You're selling your Haiku?! Sorry Andy, I don't think we can be friends anymore. Friends don't let friends go without both McGizmos and HDSs. :mecry::buddies:


----------



## Lantern32 (Aug 23, 2015)

pjandyho said:


> It is with much reluctance that I must part with my once very beloved Haiku XM-L in place of another HDS rotary. I love the bling and the ergonomics of the Haiku, but ultimately the UI and overall practicality of the HDS rotary won me over. I no longer see the need to have the Haiku sitting on my desk and performing the role of a white elephant. Here's welcoming the new HDS 200 lumens HCRI rotary! Just gotta love the tint of this new baby!



Wow!


----------



## pjandyho (Aug 23, 2015)

nbp said:


> You're selling your Haiku?! Sorry Andy, I don't think we can be friends anymore. Friends don't let friends go without both McGizmos and HDSs. :mecry::buddies:


Lol! Did not intend to sell it at first but the buyer was persistent and so after much considerations... Well...


----------



## nbp (Aug 23, 2015)

Is that all your McGizmos gone now? I recall you sold some in the past too. I've had too many HDSs over the years too, I'm down to just two right now. A Twisty 85Tr, and a Clicky N170. I have one of the NRA Blue Clicky 325 from the Group Buy on order, so someday that will come in and I'll have 3. Still have 4.5 McGizmos though. Can't bear to get rid of those.


----------



## yoyoman (Aug 23, 2015)

I respect your decision. To me, the Haiku XM-L, of all the Haikus, is most unlike the HDS. The floody beam with some punch on high, is different from the hot spot/spill of the HDS and XP-G2/Nichia 119(V) Haikus. The cool tint is fine for certain or even most uses. On the other hand, the UI of the Rotary is great.


----------



## Lantern32 (Aug 23, 2015)

yoyoman said:


> I respect your decision. To me, the Haiku XM-L, of all the Haikus, is most unlike the HDS. The floody beam with some punch on high, is different from the hot spot/spill of the HDS and XP-G2/Nichia 119(V) Haikus. The cool tint is fine for certain or even most uses. On the other hand, the UI of the Rotary is great.

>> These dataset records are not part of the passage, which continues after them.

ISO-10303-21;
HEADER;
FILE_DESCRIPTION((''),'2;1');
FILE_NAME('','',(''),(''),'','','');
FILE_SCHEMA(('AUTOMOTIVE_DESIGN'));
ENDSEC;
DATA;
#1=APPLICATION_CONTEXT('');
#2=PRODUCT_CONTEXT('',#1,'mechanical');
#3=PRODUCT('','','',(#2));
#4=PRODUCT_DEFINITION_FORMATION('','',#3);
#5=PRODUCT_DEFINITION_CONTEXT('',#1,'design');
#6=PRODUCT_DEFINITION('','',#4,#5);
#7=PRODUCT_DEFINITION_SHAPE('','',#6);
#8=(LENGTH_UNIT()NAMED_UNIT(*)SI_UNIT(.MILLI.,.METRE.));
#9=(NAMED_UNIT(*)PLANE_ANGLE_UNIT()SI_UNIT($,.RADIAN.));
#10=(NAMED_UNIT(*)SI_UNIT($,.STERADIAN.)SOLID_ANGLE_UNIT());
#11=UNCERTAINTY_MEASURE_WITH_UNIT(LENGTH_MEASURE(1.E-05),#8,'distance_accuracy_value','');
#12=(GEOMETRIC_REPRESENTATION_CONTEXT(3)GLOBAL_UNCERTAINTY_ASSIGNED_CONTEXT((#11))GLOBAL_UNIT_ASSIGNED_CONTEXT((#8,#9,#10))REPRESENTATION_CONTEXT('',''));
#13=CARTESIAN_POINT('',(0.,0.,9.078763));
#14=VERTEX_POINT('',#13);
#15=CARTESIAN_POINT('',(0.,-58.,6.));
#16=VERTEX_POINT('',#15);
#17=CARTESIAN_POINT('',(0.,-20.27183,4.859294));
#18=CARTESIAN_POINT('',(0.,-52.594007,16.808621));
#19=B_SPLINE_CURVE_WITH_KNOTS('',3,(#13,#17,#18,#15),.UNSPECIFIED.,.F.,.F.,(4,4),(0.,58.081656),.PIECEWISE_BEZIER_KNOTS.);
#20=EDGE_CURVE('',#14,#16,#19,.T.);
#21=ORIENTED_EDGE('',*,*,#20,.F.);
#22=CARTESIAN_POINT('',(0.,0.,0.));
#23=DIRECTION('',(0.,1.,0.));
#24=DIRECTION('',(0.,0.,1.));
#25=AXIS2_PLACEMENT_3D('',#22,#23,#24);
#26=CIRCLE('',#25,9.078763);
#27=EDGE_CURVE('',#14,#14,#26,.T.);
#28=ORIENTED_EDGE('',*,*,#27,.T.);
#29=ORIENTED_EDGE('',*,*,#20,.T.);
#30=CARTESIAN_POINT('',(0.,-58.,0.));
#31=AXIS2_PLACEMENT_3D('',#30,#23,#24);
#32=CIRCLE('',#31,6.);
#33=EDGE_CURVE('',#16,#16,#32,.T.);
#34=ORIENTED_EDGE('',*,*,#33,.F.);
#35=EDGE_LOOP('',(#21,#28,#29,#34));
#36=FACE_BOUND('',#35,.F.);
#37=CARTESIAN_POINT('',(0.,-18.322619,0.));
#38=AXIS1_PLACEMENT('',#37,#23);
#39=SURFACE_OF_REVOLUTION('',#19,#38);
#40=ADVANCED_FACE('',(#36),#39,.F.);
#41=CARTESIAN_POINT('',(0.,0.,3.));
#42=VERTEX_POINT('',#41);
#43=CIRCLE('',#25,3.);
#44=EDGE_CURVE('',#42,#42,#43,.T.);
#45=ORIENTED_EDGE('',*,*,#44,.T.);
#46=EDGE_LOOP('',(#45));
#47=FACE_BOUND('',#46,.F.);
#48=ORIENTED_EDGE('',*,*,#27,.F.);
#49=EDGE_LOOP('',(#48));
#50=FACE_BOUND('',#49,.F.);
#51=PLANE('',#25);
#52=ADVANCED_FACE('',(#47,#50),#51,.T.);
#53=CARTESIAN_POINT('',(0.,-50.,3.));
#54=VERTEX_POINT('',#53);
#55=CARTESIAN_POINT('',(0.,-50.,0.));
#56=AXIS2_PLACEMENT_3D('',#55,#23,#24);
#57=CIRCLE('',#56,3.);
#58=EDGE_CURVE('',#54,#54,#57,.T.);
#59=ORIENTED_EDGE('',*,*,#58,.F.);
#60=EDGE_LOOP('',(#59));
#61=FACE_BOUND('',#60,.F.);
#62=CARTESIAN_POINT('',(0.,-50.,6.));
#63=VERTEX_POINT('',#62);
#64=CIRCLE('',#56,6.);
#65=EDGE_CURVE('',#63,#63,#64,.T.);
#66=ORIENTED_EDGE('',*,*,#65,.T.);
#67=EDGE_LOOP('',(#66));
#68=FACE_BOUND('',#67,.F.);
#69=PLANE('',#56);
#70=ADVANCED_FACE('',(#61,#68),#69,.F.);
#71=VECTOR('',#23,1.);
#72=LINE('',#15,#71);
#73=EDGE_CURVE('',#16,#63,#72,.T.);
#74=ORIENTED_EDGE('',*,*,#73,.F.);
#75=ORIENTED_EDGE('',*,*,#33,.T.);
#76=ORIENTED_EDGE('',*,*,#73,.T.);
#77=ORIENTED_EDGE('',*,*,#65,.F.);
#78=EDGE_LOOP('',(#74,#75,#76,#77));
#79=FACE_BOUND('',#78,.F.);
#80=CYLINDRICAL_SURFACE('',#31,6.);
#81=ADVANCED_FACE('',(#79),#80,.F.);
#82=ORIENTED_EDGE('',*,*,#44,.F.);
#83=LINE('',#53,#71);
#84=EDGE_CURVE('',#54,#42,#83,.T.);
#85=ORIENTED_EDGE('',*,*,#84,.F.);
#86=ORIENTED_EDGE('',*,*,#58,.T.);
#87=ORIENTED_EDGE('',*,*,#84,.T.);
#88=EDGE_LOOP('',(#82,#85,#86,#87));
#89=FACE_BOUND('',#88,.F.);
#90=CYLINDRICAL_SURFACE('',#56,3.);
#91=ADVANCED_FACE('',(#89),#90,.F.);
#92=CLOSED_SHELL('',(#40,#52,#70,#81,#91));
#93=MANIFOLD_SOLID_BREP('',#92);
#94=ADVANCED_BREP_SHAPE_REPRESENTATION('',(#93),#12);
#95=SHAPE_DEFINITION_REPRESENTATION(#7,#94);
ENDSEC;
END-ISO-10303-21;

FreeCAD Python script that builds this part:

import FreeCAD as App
import Part
import Sketcher
from FreeCAD import Vector

doc = App.newDocument("Part")
body = doc.addObject("PartDesign::Body", "Body")

# Sketch on YZ plane
sketch1 = body.newObject("Sketcher::SketchObject", "Sketch")
sketch1.AttachmentSupport = (doc.getObject("YZ_Plane"), [""])
sketch1.MapMode = "FlatFace"
sketch1.addGeometry([
    Part.LineSegment(Vector(-50, 3, 0), Vector(0, 3, 0)),  # 0
    Part.LineSegment(Vector(0, 3, 0), Vector(0, 9.078763, 0)),  # 1
    Part.BSplineCurve([Vector(0, 9.078763, 0), Vector(-20.27183, 4.859294, 0), Vector(-52.594007, 16.808621, 0), Vector(-58, 6, 0)], [4, 4], [0, 58.081656], False, 3, [1, 1, 1, 1], False),  # 2
    Part.LineSegment(Vector(-58, 6, 0), Vector(-50, 6, 0)),  # 3
    Part.LineSegment(Vector(-50, 6, 0), Vector(-50, 3, 0)),  # 4
], False)
sketch1.addConstraint([
    Sketcher.Constraint("Block", 2),
    Sketcher.Constraint("Coincident", 0, 2, 1, 1),
    Sketcher.Constraint("Coincident", 1, 2, 2, 1),
    Sketcher.Constraint("Coincident", 2, 2, 3, 1),
    Sketcher.Constraint("Coincident", 3, 2, 4, 1),
    Sketcher.Constraint("Coincident", 4, 2, 0, 1),
    Sketcher.Constraint("Horizontal", 0),
    Sketcher.Constraint("Vertical", 1),
    Sketcher.Constraint("Horizontal", 3),
    Sketcher.Constraint("Vertical", 4),
    Sketcher.Constraint("DistanceX", 0, 1, 0, 2, 50.0),
    Sketcher.Constraint("DistanceY", 4, 2, 4, 1, 3.0),
])
revolution = body.newObject("PartDesign::Revolution", "Revolution")
revolution.Profile = sketch1
revolution.ReferenceAxis = (sketch1, ["H_Axis"])
revolution.Angle = 360

doc.recompute()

Those HDS lights are extremely cool! I love the titanium design of the Haiku, but that fully potted HDS light is extremely awesome too!


----------



## tab665 (Aug 24, 2015)

after scouring the forums more ive determined that if i were to get one, itd probably be a mcgizmo. then its the issue of what kind of head and body(leaning towards sundrop and 14500 body), what LED, and rather or not to go truly versitile and go with the AA converter and run *gasp* regular AA batteries. anyone with experience with both care to comment on the output on AA's? i believe with the haiku's beam 100 or so lumens cuts the mustard, but im concerned about the sundrops floodier beam not delivering enough oomph when walking outdoors.


----------



## pjandyho (Aug 24, 2015)

nbp said:


> Is that all your McGizmos gone now? I recall you sold some in the past too. I've had too many HDSs over the years too, I'm down to just two right now. A Twisty 85Tr, and a Clicky N170. I have one of the NRA Blue Clicky 325 from the Group Buy on order, so someday that will come in and I'll have 3. Still have 4.5 McGizmos though. Can't bear to get rid of those.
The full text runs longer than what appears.